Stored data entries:
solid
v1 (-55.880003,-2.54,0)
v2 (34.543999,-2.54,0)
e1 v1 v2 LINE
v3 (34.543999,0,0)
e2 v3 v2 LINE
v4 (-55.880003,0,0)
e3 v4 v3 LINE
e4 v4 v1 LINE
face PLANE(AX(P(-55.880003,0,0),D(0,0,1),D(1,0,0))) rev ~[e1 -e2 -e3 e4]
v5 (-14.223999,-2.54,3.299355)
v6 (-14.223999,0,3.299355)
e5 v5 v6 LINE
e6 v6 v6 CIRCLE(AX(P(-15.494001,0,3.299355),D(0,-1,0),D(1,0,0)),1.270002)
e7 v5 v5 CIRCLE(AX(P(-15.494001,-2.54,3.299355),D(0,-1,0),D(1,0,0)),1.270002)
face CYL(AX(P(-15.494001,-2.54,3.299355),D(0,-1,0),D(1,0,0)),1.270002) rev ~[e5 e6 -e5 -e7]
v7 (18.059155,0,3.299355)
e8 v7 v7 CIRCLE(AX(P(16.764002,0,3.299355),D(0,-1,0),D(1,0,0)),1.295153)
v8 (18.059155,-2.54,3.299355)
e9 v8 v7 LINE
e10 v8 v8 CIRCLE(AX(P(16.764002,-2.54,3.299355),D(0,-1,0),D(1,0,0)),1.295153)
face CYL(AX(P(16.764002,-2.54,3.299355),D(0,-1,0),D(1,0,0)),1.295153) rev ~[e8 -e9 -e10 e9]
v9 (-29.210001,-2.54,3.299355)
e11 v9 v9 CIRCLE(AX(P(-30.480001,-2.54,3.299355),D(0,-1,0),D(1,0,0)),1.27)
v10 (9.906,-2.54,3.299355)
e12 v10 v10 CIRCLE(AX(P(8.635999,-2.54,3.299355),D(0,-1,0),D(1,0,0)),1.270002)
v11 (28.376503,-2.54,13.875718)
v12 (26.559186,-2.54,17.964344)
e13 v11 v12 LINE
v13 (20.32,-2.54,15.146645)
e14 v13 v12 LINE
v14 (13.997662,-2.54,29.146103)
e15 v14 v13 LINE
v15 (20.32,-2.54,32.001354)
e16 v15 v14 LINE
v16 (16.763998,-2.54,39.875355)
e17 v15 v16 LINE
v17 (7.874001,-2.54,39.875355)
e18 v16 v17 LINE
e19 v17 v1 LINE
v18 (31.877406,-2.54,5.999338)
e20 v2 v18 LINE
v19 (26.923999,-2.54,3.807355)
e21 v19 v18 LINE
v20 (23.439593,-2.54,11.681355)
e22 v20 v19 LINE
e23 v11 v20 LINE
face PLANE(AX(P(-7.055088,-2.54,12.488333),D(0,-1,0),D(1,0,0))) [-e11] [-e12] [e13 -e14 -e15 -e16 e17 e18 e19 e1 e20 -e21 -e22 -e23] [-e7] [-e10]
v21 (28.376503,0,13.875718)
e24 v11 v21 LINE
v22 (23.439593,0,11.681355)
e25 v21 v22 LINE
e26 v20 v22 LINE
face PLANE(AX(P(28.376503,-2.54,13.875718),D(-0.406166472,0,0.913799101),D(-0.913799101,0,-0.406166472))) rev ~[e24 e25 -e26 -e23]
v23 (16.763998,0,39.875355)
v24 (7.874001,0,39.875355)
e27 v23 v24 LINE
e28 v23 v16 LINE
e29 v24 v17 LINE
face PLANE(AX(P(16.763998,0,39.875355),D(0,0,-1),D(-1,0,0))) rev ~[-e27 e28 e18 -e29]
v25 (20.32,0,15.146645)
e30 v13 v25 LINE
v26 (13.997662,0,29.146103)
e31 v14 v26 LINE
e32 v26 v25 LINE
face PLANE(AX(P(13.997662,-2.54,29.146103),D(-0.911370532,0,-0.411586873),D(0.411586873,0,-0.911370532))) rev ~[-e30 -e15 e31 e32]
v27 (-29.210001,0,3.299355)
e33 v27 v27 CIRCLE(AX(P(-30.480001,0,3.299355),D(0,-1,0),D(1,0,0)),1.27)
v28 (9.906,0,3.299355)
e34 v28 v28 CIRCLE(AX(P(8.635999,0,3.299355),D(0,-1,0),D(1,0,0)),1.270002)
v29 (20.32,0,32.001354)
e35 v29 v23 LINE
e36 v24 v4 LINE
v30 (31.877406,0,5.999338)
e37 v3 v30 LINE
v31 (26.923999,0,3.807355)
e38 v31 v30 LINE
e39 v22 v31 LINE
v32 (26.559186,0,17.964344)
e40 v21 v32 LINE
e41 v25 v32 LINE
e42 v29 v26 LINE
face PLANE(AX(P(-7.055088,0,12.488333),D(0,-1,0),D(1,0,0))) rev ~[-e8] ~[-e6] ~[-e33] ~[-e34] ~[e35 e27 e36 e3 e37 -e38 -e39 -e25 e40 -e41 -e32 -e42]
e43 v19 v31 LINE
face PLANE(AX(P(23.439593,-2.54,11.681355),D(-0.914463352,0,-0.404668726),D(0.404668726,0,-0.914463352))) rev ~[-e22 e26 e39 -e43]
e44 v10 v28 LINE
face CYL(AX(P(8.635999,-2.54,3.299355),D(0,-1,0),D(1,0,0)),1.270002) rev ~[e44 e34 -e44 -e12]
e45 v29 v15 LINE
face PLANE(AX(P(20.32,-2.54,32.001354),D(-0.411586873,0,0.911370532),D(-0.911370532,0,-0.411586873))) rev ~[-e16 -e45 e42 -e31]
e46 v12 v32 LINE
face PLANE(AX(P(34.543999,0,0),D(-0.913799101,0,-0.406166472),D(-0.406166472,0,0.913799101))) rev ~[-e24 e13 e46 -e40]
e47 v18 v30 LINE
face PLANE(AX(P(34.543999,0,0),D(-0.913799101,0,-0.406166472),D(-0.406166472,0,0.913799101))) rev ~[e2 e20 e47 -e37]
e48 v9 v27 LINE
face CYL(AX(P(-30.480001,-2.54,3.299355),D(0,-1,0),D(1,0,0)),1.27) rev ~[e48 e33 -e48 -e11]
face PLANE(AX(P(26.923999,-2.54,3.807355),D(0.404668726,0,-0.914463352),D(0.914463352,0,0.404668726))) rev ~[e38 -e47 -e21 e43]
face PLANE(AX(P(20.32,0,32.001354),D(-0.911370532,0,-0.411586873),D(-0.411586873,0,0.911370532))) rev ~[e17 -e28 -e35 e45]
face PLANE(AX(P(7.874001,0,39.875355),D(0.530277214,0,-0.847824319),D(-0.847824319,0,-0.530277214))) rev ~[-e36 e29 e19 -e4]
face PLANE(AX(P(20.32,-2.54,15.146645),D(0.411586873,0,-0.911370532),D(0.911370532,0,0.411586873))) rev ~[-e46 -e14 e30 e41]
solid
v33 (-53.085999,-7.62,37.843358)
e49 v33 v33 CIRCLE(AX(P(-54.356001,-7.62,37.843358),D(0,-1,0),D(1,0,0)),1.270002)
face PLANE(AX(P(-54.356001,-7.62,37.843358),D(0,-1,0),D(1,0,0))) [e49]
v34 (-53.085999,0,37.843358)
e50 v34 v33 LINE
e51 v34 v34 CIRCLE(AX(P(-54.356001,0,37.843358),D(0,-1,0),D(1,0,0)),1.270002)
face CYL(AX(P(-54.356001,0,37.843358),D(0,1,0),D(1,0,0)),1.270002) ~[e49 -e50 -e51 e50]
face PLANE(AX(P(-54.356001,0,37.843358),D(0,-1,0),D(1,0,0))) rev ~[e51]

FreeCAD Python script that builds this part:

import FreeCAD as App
import Part
import Sketcher
Q = App.Units.Quantity

doc = App.newDocument("Part")
body = doc.addObject("PartDesign::Body", "Body")

# Sketch on XZ plane
sketch1 = body.newObject("Sketcher::SketchObject", "Sketch")
sketch1.AttachmentSupport = (doc.getObject("XZ_Plane"), [""])
sketch1.MapMode = "FlatFace"
sketch1.addGeometry([
    Part.LineSegment(App.Vector(8, 40, 0), App.Vector(-56, 0, 0)),  # 0
    Part.LineSegment(App.Vector(-56, 0, 0), App.Vector(35, 0, 0)),  # 1
    Part.LineSegment(App.Vector(35, 0, 0), App.Vector(20, 32, 0)),  # 2
    Part.LineSegment(App.Vector(20, 32, 0), App.Vector(17, 40, 0)),  # 3
    Part.LineSegment(App.Vector(17, 40, 0), App.Vector(8, 40, 0)),  # 4
], False)
sketch1.addConstraint([
    Sketcher.Constraint("Coincident", 0, 2, 1, 1),
    Sketcher.Constraint("Coincident", 1, 2, 2, 1),
    Sketcher.Constraint("Coincident", 2, 2, 3, 1),
    Sketcher.Constraint("Coincident", 3, 2, 4, 1),
    Sketcher.Constraint("Coincident", 4, 2, 0, 1),
    Sketcher.Constraint("Horizontal", 1),
    Sketcher.Constraint("Horizontal", 4),
    Sketcher.Constraint("PointOnObject", 0, 2, -1),
    Sketcher.Constraint("DistanceX", 0, 2, 2, 2, Q("3.0000001 in")),
    Sketcher.Constraint("DistanceX", 1, 1, 1, 2, Q("3.56 in")),
    Sketcher.Constraint("DistanceX", 4, 2, 4, 1, Q("0.3499999 in")),
    Sketcher.Constraint("DistanceX", 0, 2, -1, 1, Q("2.2000001 in")),
    Sketcher.Constraint("DistanceX", 3, 2, 1, 2, Q("0.7 in")),
    Sketcher.Constraint("DistanceY", 2, 2, 3, 2, Q("0.31 in")),
    Sketcher.Constraint("Distance", 2, Q("35.02012 mm")),
])
pad1 = body.newObject("PartDesign::Pad", "Pad")
pad1.Profile = sketch1
pad1.Length = Q("0.1 in")

# Sketch on XZ plane
sketch2 = body.newObject("Sketcher::SketchObject", "Sketch001")
sketch2.AttachmentSupport = (doc.getObject("XZ_Plane"), [""])
sketch2.MapMode = "FlatFace"
sketch2.AttachmentOffset = App.Placement(App.Vector(0, 0, 0.1 * 25.4), App.Rotation())
sketch2.addGeometry([
    Part.LineSegment(App.Vector(27, 18, 0), App.Vector(20, 32, 0)),
    Part.LineSegment(App.Vector(20, 32, 0), App.Vector(14, 29, 0)),
    Part.LineSegment(App.Vector(14, 29, 0), App.Vector(20, 15, 0)),
    Part.LineSegment(App.Vector(20, 15, 0), App.Vector(27, 18, 0)),
], False)
sketch2.addConstraint([
    Sketcher.Constraint("Coincident", 0, 2, 1, 1),
    Sketcher.Constraint("Coincident", 1, 2, 2, 1),
    Sketcher.Constraint("Coincident", 2, 2, 3, 1),
    Sketcher.Constraint("Coincident", 3, 2, 0, 1),
    Sketcher.Constraint("Perpendicular", 1, 2),
    Sketcher.Constraint("Perpendicular", 2, 3),
    Sketcher.Constraint("Vertical", 0, 2, 2, 2),
    Sketcher.Constraint("DistanceX", -1, 1, 0, 2, Q("0.8 in")),
    Sketcher.Constraint("DistanceY", 2, 2, 3, 2, Q("2.817698 mm")),
    Sketcher.Constraint("Distance", 3, Q("6.845938 mm")),
    Sketcher.Constraint("DistanceX", -1, 1, 1, 2, Q("13.997662 mm")),
    Sketcher.Constraint("DistanceY", -1, 1, 0, 2, Q("32.001354 mm")),
])
pocket1 = body.newObject("PartDesign::Pocket", "Pocket")
pocket1.Profile = sketch2
pocket1.Length = Q("1 in")

# Sketch on XZ plane
sketch3 = body.newObject("Sketcher::SketchObject", "Sketch002")
sketch3.AttachmentSupport = (doc.getObject("XZ_Plane"), [""])
sketch3.MapMode = "FlatFace"
sketch3.AttachmentOffset = App.Placement(App.Vector(0, 0, 0.1 * 25.4), App.Rotation())
sketch3.addGeometry([
    Part.LineSegment(App.Vector(28, 14, 0), App.Vector(23, 12, 0)),
    Part.LineSegment(App.Vector(23, 12, 0), App.Vector(27, 4, 0)),
    Part.LineSegment(App.Vector(27, 4, 0), App.Vector(32, 6, 0)),
    Part.LineSegment(App.Vector(32, 6, 0), App.Vector(28, 14, 0)),
], False)
sketch3.addConstraint([
    Sketcher.Constraint("Coincident", 0, 2, 1, 1),
    Sketcher.Constraint("Coincident", 1, 2, 2, 1),
    Sketcher.Constraint("Coincident", 2, 2, 3, 1),
    Sketcher.Constraint("Coincident", 3, 2, 0, 1),
    Sketcher.Constraint("Perpendicular", 1, 2),
    Sketcher.Constraint("Perpendicular", 0, 3),
    Sketcher.Constraint("DistanceX", -1, 1, 1, 2, Q("1.06 in")),
    Sketcher.Constraint("DistanceY", 1, 2, 0, 2, Q("0.31 in")),
    Sketcher.Constraint("Distance", 0, Q("5.402621 mm")),
    Sketcher.Constraint("DistanceY", -1, 1, 2, 2, Q("5.999338 mm")),
    Sketcher.Constraint("DistanceY", -1, 1, 3, 2, Q("13.875718 mm")),
    Sketcher.Constraint("DistanceX", 0, 2, 3, 2, Q("4.93691 mm")),
])
pocket2 = body.newObject("PartDesign::Pocket", "Pocket001")
pocket2.Profile = sketch3
pocket2.Length = Q("1 in")

# Sketch on XY plane
sketch4 = body.newObject("Sketcher::SketchObject", "Sketch003")
sketch4.AttachmentSupport = (doc.getObject("XY_Plane"), [""])
sketch4.MapMode = "FlatFace"
sketch4.addGeometry([
    Part.Circle(App.Vector(-31.8, -4.1, 0), App.Vector(0, 0, 1), 1.3),
    Part.Circle(App.Vector(-17.5, -4.3, 0), App.Vector(0, 0, 1), 1.3),
    Part.Circle(App.Vector(-4.8, -4.3, 0), App.Vector(0, 0, 1), 1.3),
    Part.Circle(App.Vector(8.9, -4.1, 0), App.Vector(0, 0, 1), 1.3),
], False)
sketch4.addConstraint([
    Sketcher.Constraint("Equal", 0, 1),
    Sketcher.Constraint("Equal", 1, 2),
    Sketcher.Constraint("Equal", 2, 3),
    Sketcher.Constraint("Horizontal", 1, 3, 2, 3),
    Sketcher.Constraint("Horizontal", 0, 3, 3, 3),
    Sketcher.Constraint("DistanceX", 1, 3, 2, 3, Q("0.5 in")),
    Sketcher.Constraint("DistanceX", 0, 3, 3, 3, Q("1.6 in")),
    Sketcher.Constraint("Diameter", 0, Q("2.590302 mm")),
    Sketcher.Constraint("DistanceX", 0, 3, -1, 1, Q("1.25 in")),
    Sketcher.Constraint("DistanceX", 1, 3, -1, 1, Q("0.69 in")),
    Sketcher.Constraint("DistanceY", 1, 3, 0, 3, Q("0.01 in")),
    Sketcher.Constraint("DistanceY", 0, 3, -1, 1, Q("4.061355 mm")),
])
pocket3 = body.newObject("PartDesign::Pocket", "Pocket002")
pocket3.Profile = sketch4
pocket3.Length = Q("0.5 in")
pocket3.Reversed = True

What the task asks » Could you transcribe the entries above word for word, from the line with "v22 (23.439593,0,11.681355)" down to the line with "e27 v23 v24 LINE", keeping both?

Task solution »
v22 (23.439593,0,11.681355)
e25 v21 v22 LINE
e26 v20 v22 LINE
face PLANE(AX(P(28.376503,-2.54,13.875718),D(-0.406166472,0,0.913799101),D(-0.913799101,0,-0.406166472))) rev ~[e24 e25 -e26 -e23]
v23 (16.763998,0,39.875355)
v24 (7.874001,0,39.875355)
e27 v23 v24 LINE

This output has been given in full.